WORK REQUEST = The expected output is exactly the lines below, starting at the line with "f 97 98 137" and ending at the line with "f 150 67 82", both included; no other line belongs in it.

Dataset entries =

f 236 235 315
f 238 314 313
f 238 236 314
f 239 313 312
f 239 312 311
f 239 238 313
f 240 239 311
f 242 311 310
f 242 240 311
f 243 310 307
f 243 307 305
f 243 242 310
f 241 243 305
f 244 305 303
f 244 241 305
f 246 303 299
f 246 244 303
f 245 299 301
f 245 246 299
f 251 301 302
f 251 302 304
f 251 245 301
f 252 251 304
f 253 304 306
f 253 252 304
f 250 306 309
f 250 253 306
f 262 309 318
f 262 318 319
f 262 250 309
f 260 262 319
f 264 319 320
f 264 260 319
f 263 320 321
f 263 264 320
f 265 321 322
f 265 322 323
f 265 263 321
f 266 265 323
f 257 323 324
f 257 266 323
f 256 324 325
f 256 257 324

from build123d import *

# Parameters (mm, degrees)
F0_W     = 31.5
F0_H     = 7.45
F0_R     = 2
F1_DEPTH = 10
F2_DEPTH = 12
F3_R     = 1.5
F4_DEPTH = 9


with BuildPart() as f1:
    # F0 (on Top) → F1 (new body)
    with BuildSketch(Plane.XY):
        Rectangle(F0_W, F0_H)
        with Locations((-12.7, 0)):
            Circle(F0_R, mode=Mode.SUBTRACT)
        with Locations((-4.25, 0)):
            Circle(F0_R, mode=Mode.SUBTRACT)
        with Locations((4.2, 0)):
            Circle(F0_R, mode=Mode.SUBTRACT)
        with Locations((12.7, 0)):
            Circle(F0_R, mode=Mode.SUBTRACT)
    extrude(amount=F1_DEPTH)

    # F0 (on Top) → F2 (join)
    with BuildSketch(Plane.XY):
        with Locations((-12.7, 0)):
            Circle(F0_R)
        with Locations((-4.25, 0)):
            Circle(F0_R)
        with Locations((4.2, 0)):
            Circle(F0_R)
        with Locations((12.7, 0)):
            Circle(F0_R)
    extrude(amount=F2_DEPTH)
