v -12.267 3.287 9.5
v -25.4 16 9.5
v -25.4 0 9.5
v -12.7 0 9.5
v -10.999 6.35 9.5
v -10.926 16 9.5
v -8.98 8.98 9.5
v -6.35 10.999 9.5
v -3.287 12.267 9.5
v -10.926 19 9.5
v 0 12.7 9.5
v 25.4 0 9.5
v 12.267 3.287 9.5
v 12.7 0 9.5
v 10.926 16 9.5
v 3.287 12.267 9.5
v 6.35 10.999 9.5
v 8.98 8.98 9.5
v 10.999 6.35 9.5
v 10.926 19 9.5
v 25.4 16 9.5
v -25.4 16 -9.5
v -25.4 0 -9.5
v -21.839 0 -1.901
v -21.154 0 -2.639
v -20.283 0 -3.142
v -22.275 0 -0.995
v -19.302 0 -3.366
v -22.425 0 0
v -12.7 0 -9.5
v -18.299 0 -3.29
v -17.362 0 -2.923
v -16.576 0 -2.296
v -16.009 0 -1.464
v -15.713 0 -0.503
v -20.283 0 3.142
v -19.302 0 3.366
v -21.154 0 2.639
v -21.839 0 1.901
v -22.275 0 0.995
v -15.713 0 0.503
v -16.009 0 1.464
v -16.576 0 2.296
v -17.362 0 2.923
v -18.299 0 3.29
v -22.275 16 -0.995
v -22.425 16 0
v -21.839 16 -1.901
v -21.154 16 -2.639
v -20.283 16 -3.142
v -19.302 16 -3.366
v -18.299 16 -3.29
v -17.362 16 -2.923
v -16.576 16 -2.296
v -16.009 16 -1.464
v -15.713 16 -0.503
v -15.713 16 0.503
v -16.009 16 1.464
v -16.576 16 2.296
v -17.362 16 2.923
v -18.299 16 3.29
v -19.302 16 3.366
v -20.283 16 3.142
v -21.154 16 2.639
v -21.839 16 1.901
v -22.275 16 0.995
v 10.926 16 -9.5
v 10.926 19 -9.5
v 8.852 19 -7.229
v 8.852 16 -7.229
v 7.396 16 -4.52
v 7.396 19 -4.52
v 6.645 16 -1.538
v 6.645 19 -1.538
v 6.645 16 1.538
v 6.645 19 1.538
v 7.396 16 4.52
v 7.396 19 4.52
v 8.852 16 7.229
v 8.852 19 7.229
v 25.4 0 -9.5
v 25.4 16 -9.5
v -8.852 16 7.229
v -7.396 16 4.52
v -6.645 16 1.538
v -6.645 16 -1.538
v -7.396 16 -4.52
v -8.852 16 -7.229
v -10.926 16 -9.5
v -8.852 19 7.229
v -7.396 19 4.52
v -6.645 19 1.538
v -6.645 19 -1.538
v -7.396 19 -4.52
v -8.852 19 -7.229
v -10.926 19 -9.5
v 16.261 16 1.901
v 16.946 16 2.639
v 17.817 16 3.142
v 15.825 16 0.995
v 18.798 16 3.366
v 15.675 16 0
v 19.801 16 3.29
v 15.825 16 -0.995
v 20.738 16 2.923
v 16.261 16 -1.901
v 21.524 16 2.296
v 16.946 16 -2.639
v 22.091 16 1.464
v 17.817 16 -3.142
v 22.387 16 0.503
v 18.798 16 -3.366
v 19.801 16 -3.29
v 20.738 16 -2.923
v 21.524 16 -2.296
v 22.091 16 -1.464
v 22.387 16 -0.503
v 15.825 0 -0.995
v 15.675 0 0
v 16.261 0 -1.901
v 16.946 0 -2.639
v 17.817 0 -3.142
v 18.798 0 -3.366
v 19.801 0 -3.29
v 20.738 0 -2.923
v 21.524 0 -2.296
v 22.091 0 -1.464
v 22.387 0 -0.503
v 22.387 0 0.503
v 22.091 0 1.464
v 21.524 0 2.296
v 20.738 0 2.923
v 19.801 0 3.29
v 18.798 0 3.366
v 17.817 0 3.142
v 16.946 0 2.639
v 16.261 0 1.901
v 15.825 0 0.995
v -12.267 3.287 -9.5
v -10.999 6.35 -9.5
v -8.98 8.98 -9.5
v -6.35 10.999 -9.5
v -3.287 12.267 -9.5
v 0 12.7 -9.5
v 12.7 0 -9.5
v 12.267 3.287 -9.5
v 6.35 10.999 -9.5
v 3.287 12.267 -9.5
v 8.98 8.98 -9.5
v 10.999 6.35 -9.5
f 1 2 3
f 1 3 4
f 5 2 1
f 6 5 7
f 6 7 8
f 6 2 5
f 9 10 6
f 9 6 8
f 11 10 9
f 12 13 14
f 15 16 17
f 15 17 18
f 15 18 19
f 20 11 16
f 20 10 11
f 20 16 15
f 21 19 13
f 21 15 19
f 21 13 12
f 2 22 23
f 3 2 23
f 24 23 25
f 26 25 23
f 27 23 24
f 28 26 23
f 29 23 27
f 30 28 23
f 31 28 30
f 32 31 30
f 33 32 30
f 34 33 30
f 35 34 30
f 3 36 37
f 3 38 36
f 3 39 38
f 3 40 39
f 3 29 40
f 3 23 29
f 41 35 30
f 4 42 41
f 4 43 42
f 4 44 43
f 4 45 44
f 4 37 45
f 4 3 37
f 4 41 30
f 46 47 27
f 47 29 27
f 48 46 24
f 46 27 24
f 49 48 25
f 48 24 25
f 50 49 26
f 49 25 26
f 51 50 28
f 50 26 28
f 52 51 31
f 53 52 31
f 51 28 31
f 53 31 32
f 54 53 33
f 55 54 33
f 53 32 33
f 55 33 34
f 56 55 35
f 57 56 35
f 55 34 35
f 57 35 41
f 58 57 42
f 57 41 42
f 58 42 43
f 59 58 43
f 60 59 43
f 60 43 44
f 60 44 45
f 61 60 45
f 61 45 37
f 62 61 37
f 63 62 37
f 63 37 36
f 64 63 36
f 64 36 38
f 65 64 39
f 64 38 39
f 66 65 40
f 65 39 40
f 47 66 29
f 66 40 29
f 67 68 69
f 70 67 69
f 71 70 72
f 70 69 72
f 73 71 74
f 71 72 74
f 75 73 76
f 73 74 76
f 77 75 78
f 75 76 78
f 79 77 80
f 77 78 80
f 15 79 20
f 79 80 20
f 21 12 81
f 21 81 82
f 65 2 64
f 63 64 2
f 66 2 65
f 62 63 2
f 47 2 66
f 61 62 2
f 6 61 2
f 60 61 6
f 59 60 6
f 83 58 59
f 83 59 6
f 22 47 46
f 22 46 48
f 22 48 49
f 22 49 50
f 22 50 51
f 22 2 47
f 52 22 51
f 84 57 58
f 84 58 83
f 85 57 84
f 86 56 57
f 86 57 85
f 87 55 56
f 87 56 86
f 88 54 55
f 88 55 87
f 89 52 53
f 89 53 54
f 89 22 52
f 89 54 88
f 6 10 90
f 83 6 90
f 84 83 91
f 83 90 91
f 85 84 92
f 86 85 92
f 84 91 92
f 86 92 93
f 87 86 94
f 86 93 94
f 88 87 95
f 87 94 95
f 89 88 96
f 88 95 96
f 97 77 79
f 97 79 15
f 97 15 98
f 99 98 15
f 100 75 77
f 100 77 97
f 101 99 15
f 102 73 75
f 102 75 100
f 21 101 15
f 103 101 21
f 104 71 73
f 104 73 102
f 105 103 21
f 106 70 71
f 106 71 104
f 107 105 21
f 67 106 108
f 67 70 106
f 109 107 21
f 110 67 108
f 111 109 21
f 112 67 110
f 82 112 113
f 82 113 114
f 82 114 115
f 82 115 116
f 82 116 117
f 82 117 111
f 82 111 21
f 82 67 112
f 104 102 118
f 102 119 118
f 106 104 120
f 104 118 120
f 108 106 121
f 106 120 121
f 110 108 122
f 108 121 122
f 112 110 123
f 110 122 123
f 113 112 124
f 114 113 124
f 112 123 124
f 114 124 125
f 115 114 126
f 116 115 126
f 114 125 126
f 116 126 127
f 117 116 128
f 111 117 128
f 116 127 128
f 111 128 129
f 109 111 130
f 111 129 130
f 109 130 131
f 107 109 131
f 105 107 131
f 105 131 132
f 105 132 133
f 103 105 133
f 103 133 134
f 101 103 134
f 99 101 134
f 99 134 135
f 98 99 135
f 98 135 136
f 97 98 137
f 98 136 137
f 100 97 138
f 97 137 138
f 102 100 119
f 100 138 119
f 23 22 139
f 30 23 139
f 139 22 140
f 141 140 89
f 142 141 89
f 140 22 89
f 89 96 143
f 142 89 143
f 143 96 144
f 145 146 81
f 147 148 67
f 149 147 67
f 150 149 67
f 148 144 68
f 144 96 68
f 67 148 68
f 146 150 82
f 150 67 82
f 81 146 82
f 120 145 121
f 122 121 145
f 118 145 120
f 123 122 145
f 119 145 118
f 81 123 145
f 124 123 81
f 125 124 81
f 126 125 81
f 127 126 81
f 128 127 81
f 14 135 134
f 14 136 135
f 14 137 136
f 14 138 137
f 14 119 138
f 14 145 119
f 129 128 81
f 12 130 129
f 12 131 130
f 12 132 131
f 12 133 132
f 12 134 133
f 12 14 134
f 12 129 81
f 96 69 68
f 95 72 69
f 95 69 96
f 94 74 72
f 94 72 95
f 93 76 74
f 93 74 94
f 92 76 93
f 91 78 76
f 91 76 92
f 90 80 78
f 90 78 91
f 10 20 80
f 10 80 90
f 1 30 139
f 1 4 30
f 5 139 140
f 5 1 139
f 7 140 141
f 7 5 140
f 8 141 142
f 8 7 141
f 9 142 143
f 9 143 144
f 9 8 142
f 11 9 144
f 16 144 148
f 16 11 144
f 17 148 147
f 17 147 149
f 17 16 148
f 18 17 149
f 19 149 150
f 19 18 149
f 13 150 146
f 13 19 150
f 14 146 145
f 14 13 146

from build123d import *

# Parameters (mm, degrees)
BOSS_EXTRUDE1_DEPTH                           = 9.5
CBORE_FOR_M12_HEX_HEAD_CAP_SCREW1_D           = 6.75
CBORE_FOR_M12_HEX_HEAD_CAP_SCREW1_CBORE_D     = 25
CBORE_FOR_M12_HEX_HEAD_CAP_SCREW1_CBORE_DEPTH = 3


with BuildPart() as part:
    # Sketch2 → Boss-Extrude1 (new, symmetric)
    with BuildSketch(Plane.XY):
        with BuildLine():
            Line((12.7, 0), (25.4, 0))
            Line((25.4, 0), (25.4, 19))
            Line((25.4, 19), (-25.4, 19))
            Line((-25.4, 19), (-25.4, 0))
            Line((-25.4, 0), (-12.7, 0))
            ThreePointArc((-12.7, 0), (0, 12.7), (12.7, 0))
        make_face()
    extrude(amount=BOSS_EXTRUDE1_DEPTH, both=True)

    # CBORE for M12 Hex Head Cap Screw1 (through all)
    with Locations(Plane(origin=(0, 19, 0), x_dir=(1, 0, 0), z_dir=(0, 1, 0))):
        with Locations((-19.05, 0), (19.05, 0)):
            CounterBoreHole(CBORE_FOR_M12_HEX_HEAD_CAP_SCREW1_D / 2, CBORE_FOR_M12_HEX_HEAD_CAP_SCREW1_CBORE_D / 2, CBORE_FOR_M12_HEX_HEAD_CAP_SCREW1_CBORE_DEPTH)


solid = part.part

FINISHED TASK =
f 97 98 137
f 98 136 137
f 100 97 138
f 97 137 138
f 102 100 119
f 100 138 119
f 23 22 139
f 30 23 139
f 139 22 140
f 141 140 89
f 142 141 89
f 140 22 89
f 89 96 143
f 142 89 143
f 143 96 144
f 145 146 81
f 147 148 67
f 149 147 67
f 150 149 67
f 148 144 68
f 144 96 68
f 67 148 68
f 146 150 82
f 150 67 82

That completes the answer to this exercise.